A crippling strike by Air Canada flight attendants that grounded thousands of flights over wages and unpaid labor is the latest blow to the airline industry’s compensation system, which does not fully pay cabin crews for their hours at work.
The union, representing more than 10,000 Air Canada flight attendants, on Tuesday said they reached a tentative deal that ends unpaid work, without sharing further details. Analysts say any gains could influence upcoming contract negotiations in North America.
The deal could also drive up structural costs in a cyclical industry. Labor is airlines’ biggest operating expense after fuel.
The four-day strike that stranded more than 500,000 passengers mirrors unrest at US carriers, where flight attendants cannot walk off the job until the National Mediation Board grants permission.
However, cabin crews at American, Southwest and Alaska Airlines last year rejected several contract deals, saying they did not address concerns about unpaid work. Flight attendants at United Airlines last month voted down a US$6 billion tentative labor agreement, which did not provide compensation for time on the ground before and after flights.
The Chicago-based airline’s union is surveying its members before returning to bargaining in December. United and the union did not immediately respond to requests for comments.
While cabin crews get paid for a minimum number of hours, they are mostly compensated when planes are in motion, neglecting the crucial tasks performed during boarding, deplaning and other ground operations.

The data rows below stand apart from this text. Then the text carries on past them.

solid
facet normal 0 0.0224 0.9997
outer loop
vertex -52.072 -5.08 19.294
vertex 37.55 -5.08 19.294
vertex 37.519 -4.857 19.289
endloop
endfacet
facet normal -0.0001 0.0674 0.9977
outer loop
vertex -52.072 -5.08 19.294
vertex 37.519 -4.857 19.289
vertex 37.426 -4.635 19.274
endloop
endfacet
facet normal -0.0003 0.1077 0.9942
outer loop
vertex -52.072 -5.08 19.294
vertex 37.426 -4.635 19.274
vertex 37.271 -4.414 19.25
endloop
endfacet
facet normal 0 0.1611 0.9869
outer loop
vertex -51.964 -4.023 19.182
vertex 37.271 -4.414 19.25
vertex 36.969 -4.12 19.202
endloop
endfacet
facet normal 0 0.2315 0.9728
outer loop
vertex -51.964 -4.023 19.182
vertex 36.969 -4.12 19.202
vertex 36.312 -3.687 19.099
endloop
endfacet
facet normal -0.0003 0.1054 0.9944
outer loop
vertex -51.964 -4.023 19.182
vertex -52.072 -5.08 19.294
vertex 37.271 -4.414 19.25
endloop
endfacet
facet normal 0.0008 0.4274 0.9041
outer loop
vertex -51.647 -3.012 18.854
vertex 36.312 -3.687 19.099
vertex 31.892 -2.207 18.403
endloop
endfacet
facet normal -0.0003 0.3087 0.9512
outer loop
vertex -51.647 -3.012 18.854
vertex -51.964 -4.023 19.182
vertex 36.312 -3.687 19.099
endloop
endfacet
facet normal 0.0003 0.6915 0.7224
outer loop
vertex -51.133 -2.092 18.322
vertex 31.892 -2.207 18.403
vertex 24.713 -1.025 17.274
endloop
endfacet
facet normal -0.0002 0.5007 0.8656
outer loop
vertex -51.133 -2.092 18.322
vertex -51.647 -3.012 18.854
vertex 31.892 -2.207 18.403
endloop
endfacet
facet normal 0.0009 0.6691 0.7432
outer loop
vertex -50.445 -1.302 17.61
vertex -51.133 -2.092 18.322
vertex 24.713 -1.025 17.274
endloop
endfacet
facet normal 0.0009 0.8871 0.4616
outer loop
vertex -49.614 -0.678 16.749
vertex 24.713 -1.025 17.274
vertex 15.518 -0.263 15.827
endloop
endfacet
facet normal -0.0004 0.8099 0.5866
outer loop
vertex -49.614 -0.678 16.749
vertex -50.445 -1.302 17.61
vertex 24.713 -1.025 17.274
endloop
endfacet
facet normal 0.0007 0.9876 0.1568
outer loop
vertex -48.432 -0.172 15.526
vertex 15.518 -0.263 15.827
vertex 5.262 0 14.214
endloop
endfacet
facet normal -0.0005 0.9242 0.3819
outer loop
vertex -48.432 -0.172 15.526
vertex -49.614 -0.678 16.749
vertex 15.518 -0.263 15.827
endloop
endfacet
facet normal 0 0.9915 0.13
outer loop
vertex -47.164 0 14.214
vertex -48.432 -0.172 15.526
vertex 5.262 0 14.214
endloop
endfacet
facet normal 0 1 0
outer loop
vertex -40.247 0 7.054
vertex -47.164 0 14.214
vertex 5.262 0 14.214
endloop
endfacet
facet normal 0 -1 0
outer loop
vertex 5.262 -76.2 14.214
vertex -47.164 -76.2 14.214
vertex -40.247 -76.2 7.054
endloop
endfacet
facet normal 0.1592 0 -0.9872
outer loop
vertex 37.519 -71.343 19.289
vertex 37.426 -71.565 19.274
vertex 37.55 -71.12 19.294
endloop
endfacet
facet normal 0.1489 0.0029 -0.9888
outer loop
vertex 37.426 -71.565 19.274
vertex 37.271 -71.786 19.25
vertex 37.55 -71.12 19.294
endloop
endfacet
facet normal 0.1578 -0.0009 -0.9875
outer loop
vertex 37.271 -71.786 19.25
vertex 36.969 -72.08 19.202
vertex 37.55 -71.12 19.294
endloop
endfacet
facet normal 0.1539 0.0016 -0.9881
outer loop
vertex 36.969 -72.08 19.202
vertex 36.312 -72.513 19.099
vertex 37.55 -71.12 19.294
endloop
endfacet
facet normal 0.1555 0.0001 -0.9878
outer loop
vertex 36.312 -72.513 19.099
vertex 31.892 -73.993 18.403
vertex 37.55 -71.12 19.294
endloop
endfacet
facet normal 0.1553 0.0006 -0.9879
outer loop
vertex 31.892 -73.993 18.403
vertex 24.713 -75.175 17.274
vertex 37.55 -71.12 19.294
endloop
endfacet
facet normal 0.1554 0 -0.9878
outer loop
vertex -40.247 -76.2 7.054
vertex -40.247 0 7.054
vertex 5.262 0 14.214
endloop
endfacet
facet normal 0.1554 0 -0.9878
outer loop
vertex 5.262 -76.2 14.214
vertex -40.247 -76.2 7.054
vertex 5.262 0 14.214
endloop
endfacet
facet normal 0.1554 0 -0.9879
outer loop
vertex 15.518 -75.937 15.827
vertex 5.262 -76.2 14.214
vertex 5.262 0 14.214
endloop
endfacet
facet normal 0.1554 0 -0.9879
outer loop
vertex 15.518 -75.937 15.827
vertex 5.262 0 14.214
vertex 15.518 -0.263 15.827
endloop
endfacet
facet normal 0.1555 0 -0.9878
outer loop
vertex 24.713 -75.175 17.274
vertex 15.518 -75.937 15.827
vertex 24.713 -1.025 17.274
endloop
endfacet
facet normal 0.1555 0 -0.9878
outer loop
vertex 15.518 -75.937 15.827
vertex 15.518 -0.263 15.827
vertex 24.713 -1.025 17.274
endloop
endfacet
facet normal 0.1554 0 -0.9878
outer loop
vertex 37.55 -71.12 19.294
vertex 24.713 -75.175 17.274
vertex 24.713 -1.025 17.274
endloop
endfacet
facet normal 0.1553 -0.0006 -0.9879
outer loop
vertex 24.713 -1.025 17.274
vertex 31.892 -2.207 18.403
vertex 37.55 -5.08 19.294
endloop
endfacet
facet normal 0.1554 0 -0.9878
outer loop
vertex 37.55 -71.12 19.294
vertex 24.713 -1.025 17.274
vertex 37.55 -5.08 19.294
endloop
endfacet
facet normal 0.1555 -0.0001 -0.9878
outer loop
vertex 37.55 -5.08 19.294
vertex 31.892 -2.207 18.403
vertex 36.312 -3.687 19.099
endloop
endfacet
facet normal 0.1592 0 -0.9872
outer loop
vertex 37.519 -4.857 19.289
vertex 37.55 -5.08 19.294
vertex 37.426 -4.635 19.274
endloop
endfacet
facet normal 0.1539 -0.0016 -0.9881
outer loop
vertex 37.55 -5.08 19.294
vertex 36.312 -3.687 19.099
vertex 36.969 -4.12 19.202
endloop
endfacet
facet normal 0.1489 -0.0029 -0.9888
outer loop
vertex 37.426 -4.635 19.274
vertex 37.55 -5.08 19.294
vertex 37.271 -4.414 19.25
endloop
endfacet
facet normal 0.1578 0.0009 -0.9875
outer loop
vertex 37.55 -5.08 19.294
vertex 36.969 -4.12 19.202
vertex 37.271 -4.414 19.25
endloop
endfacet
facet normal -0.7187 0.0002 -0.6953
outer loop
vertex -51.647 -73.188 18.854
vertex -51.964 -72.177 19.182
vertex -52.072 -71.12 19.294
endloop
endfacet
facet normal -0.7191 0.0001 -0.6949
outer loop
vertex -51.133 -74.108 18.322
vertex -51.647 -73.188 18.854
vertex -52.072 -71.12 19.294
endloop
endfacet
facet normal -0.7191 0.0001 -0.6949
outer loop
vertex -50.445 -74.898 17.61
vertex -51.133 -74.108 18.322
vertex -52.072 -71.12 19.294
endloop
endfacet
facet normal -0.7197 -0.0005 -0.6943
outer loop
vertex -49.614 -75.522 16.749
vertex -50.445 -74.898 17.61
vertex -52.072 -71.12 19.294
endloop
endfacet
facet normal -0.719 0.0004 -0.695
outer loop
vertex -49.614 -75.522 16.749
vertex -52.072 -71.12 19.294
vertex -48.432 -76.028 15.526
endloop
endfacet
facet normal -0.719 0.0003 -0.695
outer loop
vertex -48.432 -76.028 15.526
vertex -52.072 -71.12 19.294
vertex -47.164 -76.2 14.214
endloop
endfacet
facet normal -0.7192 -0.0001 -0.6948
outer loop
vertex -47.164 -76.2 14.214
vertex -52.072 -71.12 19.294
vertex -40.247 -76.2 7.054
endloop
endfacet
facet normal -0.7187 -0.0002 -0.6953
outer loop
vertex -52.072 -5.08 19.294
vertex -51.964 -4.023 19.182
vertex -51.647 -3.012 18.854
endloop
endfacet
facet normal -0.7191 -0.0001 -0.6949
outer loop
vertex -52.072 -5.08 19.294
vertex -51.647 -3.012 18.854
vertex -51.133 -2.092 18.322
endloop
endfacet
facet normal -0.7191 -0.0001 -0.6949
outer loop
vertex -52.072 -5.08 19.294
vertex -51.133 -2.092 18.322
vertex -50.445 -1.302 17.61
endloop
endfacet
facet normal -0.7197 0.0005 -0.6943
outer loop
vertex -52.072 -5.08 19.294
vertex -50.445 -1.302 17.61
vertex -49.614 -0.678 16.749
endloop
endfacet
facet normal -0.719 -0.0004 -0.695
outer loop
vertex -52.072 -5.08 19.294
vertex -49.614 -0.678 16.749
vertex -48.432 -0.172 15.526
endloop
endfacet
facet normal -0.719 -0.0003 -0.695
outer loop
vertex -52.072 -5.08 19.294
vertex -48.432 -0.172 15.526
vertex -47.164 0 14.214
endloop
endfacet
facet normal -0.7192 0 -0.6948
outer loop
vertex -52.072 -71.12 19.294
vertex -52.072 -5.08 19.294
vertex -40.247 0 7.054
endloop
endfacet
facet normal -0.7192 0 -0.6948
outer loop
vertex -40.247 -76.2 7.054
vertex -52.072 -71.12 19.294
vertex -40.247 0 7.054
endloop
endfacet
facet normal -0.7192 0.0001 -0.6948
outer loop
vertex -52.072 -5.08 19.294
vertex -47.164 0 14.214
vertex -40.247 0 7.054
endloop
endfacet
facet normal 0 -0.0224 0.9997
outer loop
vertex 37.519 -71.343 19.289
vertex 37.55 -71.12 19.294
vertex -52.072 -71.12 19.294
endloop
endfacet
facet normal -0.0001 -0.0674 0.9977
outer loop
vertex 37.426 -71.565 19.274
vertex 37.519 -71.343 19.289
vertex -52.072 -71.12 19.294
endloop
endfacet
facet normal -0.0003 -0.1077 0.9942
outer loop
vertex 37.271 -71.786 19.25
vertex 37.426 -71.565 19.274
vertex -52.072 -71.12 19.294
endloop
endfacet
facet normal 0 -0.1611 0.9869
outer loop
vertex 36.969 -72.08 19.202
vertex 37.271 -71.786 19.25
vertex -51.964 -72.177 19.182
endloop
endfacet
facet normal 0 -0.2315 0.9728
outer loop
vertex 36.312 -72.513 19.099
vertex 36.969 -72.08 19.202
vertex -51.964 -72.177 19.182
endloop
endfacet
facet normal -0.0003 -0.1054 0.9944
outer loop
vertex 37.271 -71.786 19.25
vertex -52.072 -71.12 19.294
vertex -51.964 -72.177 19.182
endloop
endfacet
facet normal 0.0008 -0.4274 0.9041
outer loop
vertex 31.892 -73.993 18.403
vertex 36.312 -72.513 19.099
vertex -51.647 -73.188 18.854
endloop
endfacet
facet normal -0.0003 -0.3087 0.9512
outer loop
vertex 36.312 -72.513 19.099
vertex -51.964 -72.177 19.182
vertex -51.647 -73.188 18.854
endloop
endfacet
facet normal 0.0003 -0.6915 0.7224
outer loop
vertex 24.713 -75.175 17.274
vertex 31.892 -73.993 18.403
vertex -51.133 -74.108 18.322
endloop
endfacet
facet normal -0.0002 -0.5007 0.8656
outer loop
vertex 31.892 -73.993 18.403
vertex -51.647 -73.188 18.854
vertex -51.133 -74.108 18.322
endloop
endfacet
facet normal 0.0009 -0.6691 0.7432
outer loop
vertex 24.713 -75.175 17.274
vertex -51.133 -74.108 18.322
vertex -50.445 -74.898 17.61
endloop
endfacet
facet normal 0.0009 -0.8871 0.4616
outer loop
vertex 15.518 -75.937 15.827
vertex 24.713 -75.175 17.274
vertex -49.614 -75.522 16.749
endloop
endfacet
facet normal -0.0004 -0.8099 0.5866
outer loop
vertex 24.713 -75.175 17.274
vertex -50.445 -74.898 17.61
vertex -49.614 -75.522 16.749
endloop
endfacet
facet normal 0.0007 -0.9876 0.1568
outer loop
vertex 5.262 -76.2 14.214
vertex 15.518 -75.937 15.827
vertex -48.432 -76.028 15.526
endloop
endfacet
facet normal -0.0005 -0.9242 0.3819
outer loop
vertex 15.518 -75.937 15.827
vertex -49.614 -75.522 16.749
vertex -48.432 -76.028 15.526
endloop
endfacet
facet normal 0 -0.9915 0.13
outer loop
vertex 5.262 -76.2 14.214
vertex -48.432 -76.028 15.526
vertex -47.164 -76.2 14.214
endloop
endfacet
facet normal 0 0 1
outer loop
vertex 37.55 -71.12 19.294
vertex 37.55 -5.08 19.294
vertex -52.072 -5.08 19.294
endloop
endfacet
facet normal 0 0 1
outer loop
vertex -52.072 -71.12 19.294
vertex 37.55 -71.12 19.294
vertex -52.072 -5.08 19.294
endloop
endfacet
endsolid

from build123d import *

# Parameters (mm, degrees)
F1_DEPTH = 76.2
F2_R     = 5.08
F3_R     = 5.08


with BuildPart() as f1:
    # F0 (on Front) → F1 (new body)
    with BuildSketch(Plane.XZ):
        Polygon((-40.24671, 7.053584), (37.549719, 19.293554), (-52.071765, 19.293554), align=None)
    extrude(amount=F1_DEPTH)

    # F2
    f2_edges = [f1.edges().sort_by_distance(p)[0] for p in [
        (-7.261023, -76.2, 19.293554),
    ]]
    fillet(f2_edges, radius=F2_R)

    # F3
    f3_edges = [f1.edges().sort_by_distance(p)[0] for p in [
        (-7.261023, 0, 19.293554),
    ]]
    fillet(f3_edges, radius=F3_R)


solid = f1.part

Unions say this amounts to significant unpaid labor. In previous contract negotiations, airlines secured concessions from workers as the industry was struggling due to economic downturns or the COVID-19 pandemic.

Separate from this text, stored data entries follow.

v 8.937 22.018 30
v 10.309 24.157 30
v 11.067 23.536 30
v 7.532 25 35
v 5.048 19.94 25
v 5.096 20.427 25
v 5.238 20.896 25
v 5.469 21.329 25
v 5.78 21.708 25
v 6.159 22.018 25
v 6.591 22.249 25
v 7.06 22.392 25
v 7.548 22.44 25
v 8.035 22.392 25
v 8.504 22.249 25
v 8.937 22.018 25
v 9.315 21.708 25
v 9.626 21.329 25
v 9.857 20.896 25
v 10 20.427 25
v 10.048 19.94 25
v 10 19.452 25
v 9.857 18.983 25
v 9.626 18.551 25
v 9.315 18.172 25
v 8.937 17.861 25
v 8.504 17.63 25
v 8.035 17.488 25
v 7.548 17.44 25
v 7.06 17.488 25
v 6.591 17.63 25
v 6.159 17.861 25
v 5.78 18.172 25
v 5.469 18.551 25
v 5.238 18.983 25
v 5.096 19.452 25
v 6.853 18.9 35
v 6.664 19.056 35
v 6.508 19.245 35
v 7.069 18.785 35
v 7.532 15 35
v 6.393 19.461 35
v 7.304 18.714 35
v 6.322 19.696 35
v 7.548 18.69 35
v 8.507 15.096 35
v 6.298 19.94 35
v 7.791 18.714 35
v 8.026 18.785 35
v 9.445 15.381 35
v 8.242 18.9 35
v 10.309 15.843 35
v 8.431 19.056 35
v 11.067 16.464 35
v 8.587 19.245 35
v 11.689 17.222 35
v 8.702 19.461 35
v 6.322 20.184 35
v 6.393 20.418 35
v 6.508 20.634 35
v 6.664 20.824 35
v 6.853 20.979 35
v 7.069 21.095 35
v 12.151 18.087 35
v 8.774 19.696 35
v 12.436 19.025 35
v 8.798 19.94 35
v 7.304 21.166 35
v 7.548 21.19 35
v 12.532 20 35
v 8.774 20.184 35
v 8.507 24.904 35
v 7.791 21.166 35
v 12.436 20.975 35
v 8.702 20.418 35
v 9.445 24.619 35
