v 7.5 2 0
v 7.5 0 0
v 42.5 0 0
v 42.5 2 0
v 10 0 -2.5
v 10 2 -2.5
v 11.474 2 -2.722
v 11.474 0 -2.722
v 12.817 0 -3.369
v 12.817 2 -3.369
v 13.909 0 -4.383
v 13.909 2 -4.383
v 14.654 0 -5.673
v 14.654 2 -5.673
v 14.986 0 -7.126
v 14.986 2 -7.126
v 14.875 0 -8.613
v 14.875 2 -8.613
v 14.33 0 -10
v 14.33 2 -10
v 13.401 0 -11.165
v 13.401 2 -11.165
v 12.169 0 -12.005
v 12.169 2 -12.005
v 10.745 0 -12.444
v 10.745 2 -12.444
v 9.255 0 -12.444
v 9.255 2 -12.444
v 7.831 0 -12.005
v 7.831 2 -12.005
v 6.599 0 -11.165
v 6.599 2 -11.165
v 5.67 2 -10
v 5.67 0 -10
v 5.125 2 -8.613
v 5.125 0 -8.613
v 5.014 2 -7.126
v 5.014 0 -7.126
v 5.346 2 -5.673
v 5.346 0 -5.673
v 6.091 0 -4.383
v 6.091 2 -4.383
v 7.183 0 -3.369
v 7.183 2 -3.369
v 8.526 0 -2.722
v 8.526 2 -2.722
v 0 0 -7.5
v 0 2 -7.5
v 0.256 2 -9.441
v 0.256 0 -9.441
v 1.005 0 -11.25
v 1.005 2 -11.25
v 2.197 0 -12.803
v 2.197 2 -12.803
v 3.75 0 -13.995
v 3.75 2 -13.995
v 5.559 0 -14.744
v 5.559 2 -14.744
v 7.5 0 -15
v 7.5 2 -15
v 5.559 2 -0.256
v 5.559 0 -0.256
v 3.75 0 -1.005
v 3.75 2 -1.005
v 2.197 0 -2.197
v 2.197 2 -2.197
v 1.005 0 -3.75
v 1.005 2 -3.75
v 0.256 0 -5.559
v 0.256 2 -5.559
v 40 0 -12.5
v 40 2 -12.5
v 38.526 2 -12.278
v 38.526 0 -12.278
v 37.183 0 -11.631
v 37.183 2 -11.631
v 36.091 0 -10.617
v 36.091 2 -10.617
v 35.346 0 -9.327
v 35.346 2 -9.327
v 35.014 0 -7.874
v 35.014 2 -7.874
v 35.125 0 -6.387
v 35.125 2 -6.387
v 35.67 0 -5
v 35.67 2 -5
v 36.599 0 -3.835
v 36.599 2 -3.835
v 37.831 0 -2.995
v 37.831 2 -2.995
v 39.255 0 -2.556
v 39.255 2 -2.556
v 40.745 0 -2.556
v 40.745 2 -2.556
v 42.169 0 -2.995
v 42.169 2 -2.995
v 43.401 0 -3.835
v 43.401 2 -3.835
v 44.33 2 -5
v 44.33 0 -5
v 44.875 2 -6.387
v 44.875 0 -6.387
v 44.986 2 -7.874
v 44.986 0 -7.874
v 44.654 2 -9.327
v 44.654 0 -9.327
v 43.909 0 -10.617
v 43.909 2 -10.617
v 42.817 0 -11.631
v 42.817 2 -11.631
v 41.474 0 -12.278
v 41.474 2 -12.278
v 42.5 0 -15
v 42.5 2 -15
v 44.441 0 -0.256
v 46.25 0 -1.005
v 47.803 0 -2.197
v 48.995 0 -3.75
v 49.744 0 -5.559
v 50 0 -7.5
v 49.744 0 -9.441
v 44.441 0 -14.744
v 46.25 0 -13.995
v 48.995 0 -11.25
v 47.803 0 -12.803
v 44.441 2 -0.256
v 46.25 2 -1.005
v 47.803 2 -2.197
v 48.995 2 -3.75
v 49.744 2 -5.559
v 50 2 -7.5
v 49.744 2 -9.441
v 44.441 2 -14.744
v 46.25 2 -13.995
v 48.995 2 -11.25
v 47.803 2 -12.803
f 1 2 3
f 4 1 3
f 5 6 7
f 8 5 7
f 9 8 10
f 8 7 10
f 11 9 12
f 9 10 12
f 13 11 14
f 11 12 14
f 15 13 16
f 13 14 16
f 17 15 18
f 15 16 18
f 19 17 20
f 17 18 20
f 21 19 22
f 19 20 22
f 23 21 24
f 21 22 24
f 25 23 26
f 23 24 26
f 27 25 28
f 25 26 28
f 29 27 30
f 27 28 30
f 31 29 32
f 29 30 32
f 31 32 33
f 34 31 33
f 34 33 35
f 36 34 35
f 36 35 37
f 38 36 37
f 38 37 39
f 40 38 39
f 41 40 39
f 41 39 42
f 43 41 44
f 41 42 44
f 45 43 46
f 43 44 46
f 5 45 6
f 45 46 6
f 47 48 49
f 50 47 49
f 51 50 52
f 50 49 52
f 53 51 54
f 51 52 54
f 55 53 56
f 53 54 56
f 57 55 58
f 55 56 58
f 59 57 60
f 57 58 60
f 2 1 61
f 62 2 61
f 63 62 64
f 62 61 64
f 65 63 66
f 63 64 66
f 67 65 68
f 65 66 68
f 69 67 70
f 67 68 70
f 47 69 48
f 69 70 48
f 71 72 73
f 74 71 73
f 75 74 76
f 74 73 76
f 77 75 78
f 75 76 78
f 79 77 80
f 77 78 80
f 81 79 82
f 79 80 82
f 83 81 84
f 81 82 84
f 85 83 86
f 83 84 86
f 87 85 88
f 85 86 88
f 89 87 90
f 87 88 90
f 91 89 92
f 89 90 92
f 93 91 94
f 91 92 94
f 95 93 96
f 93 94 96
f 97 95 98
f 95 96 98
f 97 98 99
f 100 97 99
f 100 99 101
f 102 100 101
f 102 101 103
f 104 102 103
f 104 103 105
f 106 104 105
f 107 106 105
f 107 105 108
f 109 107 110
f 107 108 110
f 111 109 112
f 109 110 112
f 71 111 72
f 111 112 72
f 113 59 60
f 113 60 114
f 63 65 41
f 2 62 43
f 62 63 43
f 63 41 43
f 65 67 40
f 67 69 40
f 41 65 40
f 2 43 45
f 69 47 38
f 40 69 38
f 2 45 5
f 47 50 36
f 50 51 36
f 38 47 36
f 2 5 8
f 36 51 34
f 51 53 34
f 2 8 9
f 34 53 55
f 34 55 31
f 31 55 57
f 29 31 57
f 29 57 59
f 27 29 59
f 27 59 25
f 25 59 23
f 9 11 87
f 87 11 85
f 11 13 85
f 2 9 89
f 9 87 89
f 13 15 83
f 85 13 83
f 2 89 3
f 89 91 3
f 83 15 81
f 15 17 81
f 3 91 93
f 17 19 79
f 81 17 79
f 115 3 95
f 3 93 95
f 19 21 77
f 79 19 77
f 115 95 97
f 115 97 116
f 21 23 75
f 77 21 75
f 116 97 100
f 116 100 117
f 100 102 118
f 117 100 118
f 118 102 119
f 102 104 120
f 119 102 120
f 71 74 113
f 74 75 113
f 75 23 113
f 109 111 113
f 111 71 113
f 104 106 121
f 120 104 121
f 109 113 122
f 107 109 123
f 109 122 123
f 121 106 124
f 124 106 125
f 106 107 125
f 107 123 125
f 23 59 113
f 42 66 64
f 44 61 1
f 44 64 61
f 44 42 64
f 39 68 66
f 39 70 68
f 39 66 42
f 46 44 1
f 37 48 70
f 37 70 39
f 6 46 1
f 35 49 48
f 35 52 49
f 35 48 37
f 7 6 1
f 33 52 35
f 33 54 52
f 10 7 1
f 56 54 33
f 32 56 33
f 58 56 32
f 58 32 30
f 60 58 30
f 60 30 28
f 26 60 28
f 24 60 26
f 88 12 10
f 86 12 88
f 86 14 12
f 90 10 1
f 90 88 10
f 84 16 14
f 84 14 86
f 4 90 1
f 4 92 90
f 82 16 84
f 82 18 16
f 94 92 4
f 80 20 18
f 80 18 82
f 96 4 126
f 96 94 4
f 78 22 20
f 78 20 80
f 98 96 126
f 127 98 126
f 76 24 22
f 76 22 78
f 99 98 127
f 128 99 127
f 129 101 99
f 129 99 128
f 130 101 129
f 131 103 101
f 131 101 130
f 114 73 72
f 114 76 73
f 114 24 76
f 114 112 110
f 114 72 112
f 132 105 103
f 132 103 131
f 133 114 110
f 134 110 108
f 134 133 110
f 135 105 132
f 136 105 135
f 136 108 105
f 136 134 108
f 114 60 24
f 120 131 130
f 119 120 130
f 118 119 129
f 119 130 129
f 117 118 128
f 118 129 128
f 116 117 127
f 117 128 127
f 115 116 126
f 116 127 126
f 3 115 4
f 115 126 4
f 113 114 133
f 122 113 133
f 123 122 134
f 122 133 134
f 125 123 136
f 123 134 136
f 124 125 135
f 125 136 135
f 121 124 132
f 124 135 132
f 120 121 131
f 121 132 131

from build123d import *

# Parameters (mm, degrees)
SKETCH1_W           = 50
SKETCH1_H           = 15
BOSS_EXTRUDE1_DEPTH = 2
SKETCH2_R           = 5
CUT_EXTRUDE1_DEPTH  = 2
CUT_EXTRUDE2_DEPTH  = 2


with BuildPart() as part:
    # Sketch1 → Boss-Extrude1 (new body)
    with BuildSketch(Plane(origin=(0, 0, 0), x_dir=(1, 0, 0), z_dir=(0, 1, 0))):
        with Locations((25, 7.5)):
            Rectangle(SKETCH1_W, SKETCH1_H)
    extrude(amount=BOSS_EXTRUDE1_DEPTH)

    # Sketch2 → Cut-Extrude1 (cut)
    with BuildSketch(Plane(origin=(0, 2, 0), x_dir=(1, 0, 0), z_dir=(0, 1, 0))):
        with Locations(Location((10, 7.5, 0), (0, 0, 270))):
            Circle(SKETCH2_R)
        with Locations(Location((40, 7.5, 0), (0, 0, 90))):
            Circle(SKETCH2_R)
    extrude(amount=-CUT_EXTRUDE1_DEPTH, mode=Mode.SUBTRACT)

    # Sketch5 → Cut-Extrude2 (cut)
    with BuildSketch(Plane(origin=(0, 2, 0), x_dir=(1, 0, 0), z_dir=(0, 1, 0))):
        with BuildLine():
            ThreePointArc((0, 7.5), (2.196699141, 12.803300859), (7.5, 15))
            Line((7.5, 15), (0, 15))
            Line((0, 15), (0, 7.5))
        make_face()
        with BuildLine():
            ThreePointArc((7.5, 0), (2.196699141, 2.196699141), (0, 7.5))
            Line((0, 7.5), (0, 0))
            Line((0, 0), (7.5, 0))
        make_face()
        with BuildLine():
            Line((50, 15), (42.5, 15))
            ThreePointArc((42.5, 15), (47.803300859, 12.803300859), (50, 7.5))
            Line((50, 7.5), (50, 15))
        make_face()
        with BuildLine():
            Line((50, 0), (50, 7.5))
            ThreePointArc((50, 7.5), (47.803300859, 2.196699141), (42.5, 0))
            Line((42.5, 0), (50, 0))
        make_face()
    extrude(amount=-CUT_EXTRUDE2_DEPTH, mode=Mode.SUBTRACT)


solid = part.part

However, a runup in inflation, stagnant wages and increased workload have fueled resentment among flight attendants, bolstering demands for a change in pay practices.
“The Air Canada strike helps negotiations everywhere. It defined the problem of ridiculous expectations for flight attendants to work without pay,” said Sara Nelson, international president of the Association of Flight Attendants-CWA, which represents 55,000 flight attendants at 20 airlines, including United. “The striking flight attendants are an inspiration to working people everywhere.”
Nelson spoke with Wesley Lesosky, president of Air Canada’s flight attendants union, on Monday to coordinate positions, representatives of both unions said.
Shanyn Elliott, an Air Canada Rouge flight attendant, said when she started work in 2017, she would pick up long-haul flights to earn extra pay as her C$23 (US$16.53) hourly wage did not cover the cost of living.
Adding to her frustration, frequent flight delays after the COVID-19 pandemic meant longer hours, said Elliott, who heads the strike committee for Air Canada flight attendants at the Canadian Union of Public Employees.
Air Canada chief executive officer Michael Rousseau said the industry needed to review its compensation models. In an interview, he said the Canadian carrier has accepted the concept of ground pay, adding that other airlines would likely look at their own models.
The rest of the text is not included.